# Chunking a big cedar



## Greener (Nov 2, 2012)

I am getting ready to top and chunk down a big cedar (western red) that is about 40 inches or so DBH. But it is old growth and stays pretty big around most the way up. I have to take it down in sections to about the midpoint and most of the trunk I will cut is about 24-30". I don't want to haul the heavy 460 up with a 28" or 32" bar if I don't have to. Can I get away with a 036 with a 24" bar and walk through it down further when the trunk gets bigger to about 28"? Or should I just go with the heavier saw so I can cut straight through? The wood is super soft and a chisel chain powers through pretty quick. Thanks.


----------



## B Harrison (Nov 2, 2012)

Sounds like you need a new saw too?

Now that I have CAD, I feel alone and want others to suffer with me.


----------



## 2treeornot2tree (Nov 2, 2012)

Greener said:


> I am getting ready to top and chunk down a big cedar (western red) that is about 40 inches or so DBH. But it is old growth and stays pretty big around most the way up. I have to take it down in sections to about the midpoint and most of the trunk I will cut is about 24-30". I don't want to haul the heavy 460 up with a 28" or 32" bar if I don't have to. Can I get away with a 036 with a 24" bar and walk through it down further when the trunk gets bigger to about 28"? Or should I just go with the heavier saw so I can cut straight through? The wood is super soft and a chisel chain powers through pretty quick. Thanks.

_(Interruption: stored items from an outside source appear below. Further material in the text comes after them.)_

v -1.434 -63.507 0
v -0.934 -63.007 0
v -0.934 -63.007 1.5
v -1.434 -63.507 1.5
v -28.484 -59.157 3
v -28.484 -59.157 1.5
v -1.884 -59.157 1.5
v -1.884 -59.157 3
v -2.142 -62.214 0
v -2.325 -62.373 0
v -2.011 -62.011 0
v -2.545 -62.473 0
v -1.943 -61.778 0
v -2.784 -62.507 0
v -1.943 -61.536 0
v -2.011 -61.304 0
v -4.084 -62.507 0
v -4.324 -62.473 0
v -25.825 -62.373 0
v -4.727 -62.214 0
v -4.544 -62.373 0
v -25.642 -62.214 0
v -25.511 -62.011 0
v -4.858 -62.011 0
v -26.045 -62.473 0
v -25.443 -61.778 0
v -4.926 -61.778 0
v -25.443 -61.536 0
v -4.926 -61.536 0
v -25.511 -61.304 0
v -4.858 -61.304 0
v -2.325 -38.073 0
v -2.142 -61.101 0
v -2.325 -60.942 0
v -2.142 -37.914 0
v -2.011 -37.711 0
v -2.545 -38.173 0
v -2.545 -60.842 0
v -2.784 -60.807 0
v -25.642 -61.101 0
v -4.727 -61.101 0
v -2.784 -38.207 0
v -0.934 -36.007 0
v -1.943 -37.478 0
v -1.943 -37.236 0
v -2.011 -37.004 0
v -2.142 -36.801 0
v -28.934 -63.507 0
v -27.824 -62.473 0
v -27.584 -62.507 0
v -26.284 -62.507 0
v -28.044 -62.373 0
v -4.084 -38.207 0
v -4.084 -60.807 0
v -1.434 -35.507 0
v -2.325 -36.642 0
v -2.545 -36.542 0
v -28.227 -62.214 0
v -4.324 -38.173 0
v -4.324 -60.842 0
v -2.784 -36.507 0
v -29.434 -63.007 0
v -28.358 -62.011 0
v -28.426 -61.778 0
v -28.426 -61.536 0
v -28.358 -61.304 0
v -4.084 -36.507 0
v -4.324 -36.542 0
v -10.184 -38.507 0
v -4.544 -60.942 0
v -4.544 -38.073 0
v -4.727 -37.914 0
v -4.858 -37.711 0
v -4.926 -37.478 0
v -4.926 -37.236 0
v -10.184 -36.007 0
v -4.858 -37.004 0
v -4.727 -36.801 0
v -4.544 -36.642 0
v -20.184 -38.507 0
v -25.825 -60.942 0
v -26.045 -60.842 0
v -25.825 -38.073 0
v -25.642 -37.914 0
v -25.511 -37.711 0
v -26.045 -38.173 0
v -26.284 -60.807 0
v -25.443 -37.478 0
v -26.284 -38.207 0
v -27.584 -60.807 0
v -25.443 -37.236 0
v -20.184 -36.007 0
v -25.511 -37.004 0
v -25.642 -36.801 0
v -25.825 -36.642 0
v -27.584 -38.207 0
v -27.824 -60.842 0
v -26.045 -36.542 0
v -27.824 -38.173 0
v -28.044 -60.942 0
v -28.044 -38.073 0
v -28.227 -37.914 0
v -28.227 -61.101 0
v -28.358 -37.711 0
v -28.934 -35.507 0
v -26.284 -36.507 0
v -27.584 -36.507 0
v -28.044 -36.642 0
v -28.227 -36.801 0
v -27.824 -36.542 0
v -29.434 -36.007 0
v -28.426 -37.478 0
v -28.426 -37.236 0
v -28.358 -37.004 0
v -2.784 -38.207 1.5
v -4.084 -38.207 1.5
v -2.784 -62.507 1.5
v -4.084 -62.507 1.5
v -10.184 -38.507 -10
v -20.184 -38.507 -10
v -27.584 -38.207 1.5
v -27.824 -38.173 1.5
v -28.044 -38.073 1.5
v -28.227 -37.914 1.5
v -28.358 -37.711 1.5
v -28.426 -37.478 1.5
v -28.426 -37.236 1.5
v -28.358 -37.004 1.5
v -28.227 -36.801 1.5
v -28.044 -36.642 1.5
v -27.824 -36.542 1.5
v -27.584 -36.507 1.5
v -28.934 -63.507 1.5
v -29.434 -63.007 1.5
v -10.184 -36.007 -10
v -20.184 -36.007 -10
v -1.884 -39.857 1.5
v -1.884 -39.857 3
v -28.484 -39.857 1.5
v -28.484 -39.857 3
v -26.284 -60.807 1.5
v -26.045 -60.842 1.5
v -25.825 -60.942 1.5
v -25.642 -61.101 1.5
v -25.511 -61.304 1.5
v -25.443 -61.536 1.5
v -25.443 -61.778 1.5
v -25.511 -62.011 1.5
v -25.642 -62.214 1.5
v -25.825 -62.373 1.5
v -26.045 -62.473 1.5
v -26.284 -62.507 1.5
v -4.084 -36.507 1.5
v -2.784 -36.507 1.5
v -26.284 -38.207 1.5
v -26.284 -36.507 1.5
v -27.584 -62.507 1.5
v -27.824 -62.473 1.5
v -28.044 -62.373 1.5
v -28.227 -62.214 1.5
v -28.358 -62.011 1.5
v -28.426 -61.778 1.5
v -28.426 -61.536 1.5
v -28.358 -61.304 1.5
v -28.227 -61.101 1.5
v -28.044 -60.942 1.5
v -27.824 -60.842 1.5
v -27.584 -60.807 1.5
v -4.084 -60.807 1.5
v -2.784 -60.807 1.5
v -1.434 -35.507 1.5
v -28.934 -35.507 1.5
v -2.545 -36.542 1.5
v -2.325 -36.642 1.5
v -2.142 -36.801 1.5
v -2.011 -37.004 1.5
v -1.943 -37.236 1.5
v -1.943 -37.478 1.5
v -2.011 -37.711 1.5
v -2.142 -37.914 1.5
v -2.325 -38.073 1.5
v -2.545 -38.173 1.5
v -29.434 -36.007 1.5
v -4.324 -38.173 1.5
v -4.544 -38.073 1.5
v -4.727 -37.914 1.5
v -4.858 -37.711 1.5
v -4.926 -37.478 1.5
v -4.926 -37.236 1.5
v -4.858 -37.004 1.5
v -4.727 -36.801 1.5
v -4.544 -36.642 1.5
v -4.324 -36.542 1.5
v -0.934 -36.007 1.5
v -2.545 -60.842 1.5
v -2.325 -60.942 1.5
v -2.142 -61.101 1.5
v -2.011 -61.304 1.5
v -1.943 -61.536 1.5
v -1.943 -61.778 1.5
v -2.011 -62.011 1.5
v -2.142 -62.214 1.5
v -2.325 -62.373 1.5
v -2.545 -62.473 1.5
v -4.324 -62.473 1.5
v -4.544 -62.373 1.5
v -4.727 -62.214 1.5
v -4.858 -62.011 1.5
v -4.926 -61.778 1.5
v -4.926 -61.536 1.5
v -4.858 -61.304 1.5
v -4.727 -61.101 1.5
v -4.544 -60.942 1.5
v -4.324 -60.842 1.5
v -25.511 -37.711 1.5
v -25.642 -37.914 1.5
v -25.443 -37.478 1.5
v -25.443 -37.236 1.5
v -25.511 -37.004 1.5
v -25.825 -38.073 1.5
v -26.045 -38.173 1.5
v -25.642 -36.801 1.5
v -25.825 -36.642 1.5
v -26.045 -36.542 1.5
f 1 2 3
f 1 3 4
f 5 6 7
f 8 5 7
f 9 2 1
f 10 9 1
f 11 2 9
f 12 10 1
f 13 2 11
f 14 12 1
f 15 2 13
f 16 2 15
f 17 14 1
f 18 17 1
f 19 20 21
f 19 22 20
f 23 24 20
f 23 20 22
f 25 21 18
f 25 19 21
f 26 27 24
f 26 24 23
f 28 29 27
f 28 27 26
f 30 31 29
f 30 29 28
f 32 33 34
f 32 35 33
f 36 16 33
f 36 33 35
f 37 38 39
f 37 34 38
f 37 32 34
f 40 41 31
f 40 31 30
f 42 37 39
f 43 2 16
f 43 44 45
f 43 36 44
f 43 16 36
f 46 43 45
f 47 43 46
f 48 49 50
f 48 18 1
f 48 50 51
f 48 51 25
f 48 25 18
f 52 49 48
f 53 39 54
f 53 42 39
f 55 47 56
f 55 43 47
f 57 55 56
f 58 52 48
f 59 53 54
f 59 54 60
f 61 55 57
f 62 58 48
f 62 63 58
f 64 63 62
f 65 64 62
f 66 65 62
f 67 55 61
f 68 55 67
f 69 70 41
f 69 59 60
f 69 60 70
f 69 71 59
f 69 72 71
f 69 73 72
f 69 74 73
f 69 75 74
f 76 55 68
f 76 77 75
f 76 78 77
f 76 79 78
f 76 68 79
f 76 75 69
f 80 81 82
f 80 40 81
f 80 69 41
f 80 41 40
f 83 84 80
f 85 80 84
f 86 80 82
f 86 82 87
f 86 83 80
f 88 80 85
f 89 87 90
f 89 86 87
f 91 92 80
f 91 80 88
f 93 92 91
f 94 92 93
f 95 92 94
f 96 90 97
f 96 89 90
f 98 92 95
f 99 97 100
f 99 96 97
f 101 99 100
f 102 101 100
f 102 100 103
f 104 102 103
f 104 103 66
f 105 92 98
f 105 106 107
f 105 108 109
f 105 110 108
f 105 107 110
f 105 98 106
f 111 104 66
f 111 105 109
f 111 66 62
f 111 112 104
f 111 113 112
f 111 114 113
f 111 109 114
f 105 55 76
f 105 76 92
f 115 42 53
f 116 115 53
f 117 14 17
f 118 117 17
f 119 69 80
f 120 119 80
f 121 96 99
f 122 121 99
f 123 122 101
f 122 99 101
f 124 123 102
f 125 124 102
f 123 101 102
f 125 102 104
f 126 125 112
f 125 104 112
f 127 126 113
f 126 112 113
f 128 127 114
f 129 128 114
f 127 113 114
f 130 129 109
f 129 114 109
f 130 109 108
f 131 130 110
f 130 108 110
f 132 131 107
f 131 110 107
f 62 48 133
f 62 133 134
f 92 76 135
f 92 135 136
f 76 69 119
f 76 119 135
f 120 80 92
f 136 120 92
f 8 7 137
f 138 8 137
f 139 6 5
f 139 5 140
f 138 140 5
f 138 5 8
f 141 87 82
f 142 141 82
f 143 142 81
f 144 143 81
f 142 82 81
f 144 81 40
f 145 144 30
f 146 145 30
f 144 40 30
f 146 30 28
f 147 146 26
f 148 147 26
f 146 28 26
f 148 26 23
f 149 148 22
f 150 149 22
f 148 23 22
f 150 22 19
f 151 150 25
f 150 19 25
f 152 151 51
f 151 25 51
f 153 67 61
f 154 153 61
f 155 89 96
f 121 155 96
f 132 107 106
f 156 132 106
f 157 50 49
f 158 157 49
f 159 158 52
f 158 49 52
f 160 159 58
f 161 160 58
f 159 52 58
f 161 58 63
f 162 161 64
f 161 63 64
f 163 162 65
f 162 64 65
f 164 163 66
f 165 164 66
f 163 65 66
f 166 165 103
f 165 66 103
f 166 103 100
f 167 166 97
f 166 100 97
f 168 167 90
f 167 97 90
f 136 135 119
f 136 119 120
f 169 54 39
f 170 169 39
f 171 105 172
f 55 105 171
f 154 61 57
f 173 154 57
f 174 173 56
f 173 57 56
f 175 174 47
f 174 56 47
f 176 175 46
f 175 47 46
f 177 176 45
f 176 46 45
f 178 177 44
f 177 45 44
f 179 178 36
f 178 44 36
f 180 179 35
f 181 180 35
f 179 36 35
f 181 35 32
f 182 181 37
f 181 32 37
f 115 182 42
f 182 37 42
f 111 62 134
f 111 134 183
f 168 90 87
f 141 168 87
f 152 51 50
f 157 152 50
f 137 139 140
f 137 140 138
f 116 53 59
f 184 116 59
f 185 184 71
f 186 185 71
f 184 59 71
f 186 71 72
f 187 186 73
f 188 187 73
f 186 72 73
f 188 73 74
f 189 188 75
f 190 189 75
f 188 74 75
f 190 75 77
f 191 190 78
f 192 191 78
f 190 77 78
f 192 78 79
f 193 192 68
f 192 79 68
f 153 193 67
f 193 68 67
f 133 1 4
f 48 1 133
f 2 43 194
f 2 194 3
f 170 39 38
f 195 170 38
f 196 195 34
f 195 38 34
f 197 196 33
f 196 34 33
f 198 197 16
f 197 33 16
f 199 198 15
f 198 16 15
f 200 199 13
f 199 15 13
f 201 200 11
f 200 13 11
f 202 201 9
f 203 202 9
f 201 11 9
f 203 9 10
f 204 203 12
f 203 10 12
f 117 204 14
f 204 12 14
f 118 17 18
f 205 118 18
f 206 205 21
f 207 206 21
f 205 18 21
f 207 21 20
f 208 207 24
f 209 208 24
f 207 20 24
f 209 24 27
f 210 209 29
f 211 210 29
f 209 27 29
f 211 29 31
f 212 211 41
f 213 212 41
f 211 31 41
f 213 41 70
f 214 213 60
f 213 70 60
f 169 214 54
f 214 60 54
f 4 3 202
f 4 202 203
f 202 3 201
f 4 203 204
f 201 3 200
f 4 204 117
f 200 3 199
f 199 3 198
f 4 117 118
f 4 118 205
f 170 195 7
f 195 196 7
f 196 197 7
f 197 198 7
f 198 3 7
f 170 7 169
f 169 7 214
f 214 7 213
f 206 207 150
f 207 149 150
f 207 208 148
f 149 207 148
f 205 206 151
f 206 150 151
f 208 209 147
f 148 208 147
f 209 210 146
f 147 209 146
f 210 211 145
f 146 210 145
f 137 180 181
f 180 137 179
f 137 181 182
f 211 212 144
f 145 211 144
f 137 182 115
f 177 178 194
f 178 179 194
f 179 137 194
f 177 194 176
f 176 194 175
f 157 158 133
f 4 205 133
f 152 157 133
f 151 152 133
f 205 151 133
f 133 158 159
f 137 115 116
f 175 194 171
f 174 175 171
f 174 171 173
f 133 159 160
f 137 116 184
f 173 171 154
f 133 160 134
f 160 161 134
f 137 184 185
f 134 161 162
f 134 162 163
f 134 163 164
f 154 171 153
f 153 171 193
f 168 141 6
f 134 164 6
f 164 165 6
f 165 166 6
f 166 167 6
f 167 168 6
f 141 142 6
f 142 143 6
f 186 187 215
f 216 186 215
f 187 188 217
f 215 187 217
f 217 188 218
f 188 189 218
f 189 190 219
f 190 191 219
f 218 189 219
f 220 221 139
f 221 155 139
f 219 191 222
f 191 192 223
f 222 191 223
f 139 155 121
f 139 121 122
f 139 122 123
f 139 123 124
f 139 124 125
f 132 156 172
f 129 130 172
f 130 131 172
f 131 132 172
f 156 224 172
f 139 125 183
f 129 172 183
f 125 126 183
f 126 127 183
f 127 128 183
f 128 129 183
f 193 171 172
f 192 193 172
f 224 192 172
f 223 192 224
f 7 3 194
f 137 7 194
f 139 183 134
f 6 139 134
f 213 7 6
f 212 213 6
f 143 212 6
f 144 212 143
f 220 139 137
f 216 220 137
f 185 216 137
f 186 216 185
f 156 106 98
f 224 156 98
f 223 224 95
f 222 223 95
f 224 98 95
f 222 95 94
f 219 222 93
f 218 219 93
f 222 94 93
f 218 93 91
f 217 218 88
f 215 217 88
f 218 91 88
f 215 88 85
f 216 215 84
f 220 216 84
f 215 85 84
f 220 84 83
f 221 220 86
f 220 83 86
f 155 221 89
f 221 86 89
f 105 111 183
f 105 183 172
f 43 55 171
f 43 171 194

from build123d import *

# Parameters (mm, degrees)
EXTRUDE_1_DEPTH = 1.5
SKETCH_2_W      = 26.6
SKETCH_2_H      = 19.3
EXTRUDE_2_DEPTH = 1.5
SKETCH_3_W      = 10
SKETCH_3_H      = 2.5
EXTRUDE_3_DEPTH = 10


with BuildPart() as part:
    # 草圖1 → 填料-伸長1 (new body)
    with BuildSketch(Plane.XY):
        Polygon((-28.934480155, -35.507444045), (-1.434480155, -35.507444045), (-0.934480155, -36.007444045), (-0.934480155, -63.007444045), (-1.434480155, -63.507444045), (-28.934480155, -63.507444045), (-29.434480155, -63.007444045), (-29.434480155, -36.007444045), align=None)
        with BuildLine():
            Line((-4.084480155, -36.507444045), (-2.784480155, -36.507444045))
            ThreePointArc((-2.784480155, -36.507444045), (-1.934480155, -37.357444045), (-2.784480155, -38.207444045))
            Line((-2.784480155, -38.207444045), (-4.084480155, -38.207444045))
            ThreePointArc((-4.084480155, -38.207444045), (-4.934480155, -37.357444045), (-4.084480155, -36.507444045))
        make_face(mode=Mode.SUBTRACT)
        with BuildLine():
            Line((-27.584480155, -36.507444045), (-26.284480155, -36.507444045))
            ThreePointArc((-26.284480155, -36.507444045), (-25.434480155, -37.357444045), (-26.284480155, -38.207444045))
            Line((-26.284480155, -38.207444045), (-27.584480155, -38.207444045))
            ThreePointArc((-27.584480155, -38.207444045), (-28.434480155, -37.357444045), (-27.584480155, -36.507444045))
        make_face(mode=Mode.SUBTRACT)
        with BuildLine():
            Line((-27.584480155, -60.807444045), (-26.284480155, -60.807444045))
            ThreePointArc((-26.284480155, -60.807444045), (-25.434480155, -61.657444045), (-26.284480155, -62.507444045))
            Line((-26.284480155, -62.507444045), (-27.584480155, -62.507444045))
            ThreePointArc((-27.584480155, -62.507444045), (-28.434480155, -61.657444045), (-27.584480155, -60.807444045))
        make_face(mode=Mode.SUBTRACT)
        with BuildLine():
            Line((-4.084480155, -60.807444045), (-2.784480155, -60.807444045))
            ThreePointArc((-2.784480155, -60.807444045), (-1.934480155, -61.657444045), (-2.784480155, -62.507444045))
            Line((-2.784480155, -62.507444045), (-4.084480155, -62.507444045))
            ThreePointArc((-4.084480155, -62.507444045), (-4.934480155, -61.657444045), (-4.084480155, -60.807444045))
        make_face(mode=Mode.SUBTRACT)
    extrude(amount=EXTRUDE_1_DEPTH)
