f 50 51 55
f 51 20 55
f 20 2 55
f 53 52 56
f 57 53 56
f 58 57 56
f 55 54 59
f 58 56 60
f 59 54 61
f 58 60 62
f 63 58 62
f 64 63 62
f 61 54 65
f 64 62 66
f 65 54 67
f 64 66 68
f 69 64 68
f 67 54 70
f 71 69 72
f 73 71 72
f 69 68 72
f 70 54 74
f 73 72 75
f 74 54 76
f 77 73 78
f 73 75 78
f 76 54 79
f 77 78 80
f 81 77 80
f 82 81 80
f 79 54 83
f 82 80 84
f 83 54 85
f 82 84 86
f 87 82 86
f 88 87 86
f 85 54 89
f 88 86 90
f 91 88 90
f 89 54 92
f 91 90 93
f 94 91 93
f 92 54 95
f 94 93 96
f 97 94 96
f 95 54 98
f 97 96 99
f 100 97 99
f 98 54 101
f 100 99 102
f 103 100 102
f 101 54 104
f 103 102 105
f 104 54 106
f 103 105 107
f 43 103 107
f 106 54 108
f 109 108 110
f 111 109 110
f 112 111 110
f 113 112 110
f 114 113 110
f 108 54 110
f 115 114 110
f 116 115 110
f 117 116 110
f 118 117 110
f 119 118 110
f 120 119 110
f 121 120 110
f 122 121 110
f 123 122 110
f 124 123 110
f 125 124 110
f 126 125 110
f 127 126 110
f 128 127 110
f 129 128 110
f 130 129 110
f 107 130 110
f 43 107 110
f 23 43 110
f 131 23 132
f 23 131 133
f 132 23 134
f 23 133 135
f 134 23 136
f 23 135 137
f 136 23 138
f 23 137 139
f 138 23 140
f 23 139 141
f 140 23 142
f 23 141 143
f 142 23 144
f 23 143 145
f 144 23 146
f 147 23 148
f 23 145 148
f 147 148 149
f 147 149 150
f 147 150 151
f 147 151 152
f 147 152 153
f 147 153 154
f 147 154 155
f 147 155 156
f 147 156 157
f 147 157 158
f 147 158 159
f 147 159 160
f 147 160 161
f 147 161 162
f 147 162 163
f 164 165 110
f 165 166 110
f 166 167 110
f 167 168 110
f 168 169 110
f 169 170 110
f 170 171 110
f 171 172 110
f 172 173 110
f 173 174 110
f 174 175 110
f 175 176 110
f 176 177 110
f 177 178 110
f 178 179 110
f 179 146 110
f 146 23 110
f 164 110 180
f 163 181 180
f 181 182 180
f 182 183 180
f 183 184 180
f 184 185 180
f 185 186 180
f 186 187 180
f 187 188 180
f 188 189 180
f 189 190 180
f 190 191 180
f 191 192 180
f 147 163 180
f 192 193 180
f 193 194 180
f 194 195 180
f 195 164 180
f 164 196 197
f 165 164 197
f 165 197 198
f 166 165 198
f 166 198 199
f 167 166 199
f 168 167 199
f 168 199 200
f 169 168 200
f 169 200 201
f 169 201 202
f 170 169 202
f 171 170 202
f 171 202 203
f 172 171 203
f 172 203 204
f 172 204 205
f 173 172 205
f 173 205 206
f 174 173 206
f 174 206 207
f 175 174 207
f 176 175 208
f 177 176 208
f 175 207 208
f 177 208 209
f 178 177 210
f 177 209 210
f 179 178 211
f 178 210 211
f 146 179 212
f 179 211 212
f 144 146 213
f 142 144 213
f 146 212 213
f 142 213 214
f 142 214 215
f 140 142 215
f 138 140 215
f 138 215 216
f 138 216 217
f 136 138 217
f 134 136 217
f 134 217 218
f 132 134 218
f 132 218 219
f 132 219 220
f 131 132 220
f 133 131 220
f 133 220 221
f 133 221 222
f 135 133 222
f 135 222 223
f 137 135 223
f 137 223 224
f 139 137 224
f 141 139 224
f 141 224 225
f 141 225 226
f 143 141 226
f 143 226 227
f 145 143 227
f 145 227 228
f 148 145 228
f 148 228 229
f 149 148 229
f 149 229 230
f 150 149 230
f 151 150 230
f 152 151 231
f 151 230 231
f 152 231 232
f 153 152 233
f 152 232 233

If you know how to run a saw, you should be able to cut down a 47-48" diameter piece with that 24" bar.


----------



## Guran (Nov 2, 2012)

In extreme situations it's possible to cut even more than twice you bar lenght.
A picture of how that is done below....

View attachment 260496


----------



## thepheniox (Nov 2, 2012)

I would use a bigger saw just to make the cutting faster. Trade off weight on saddle vs time on saddle. When it comes to chunking down pieces I want to get down as fast as possible.


----------



## 2treeornot2tree (Nov 2, 2012)

thepheniox said:


> I would use a bigger saw just to make the cutting faster. Trade off weight on saddle vs time on saddle. When it comes to chunking down pieces I want to get down as fast as possible.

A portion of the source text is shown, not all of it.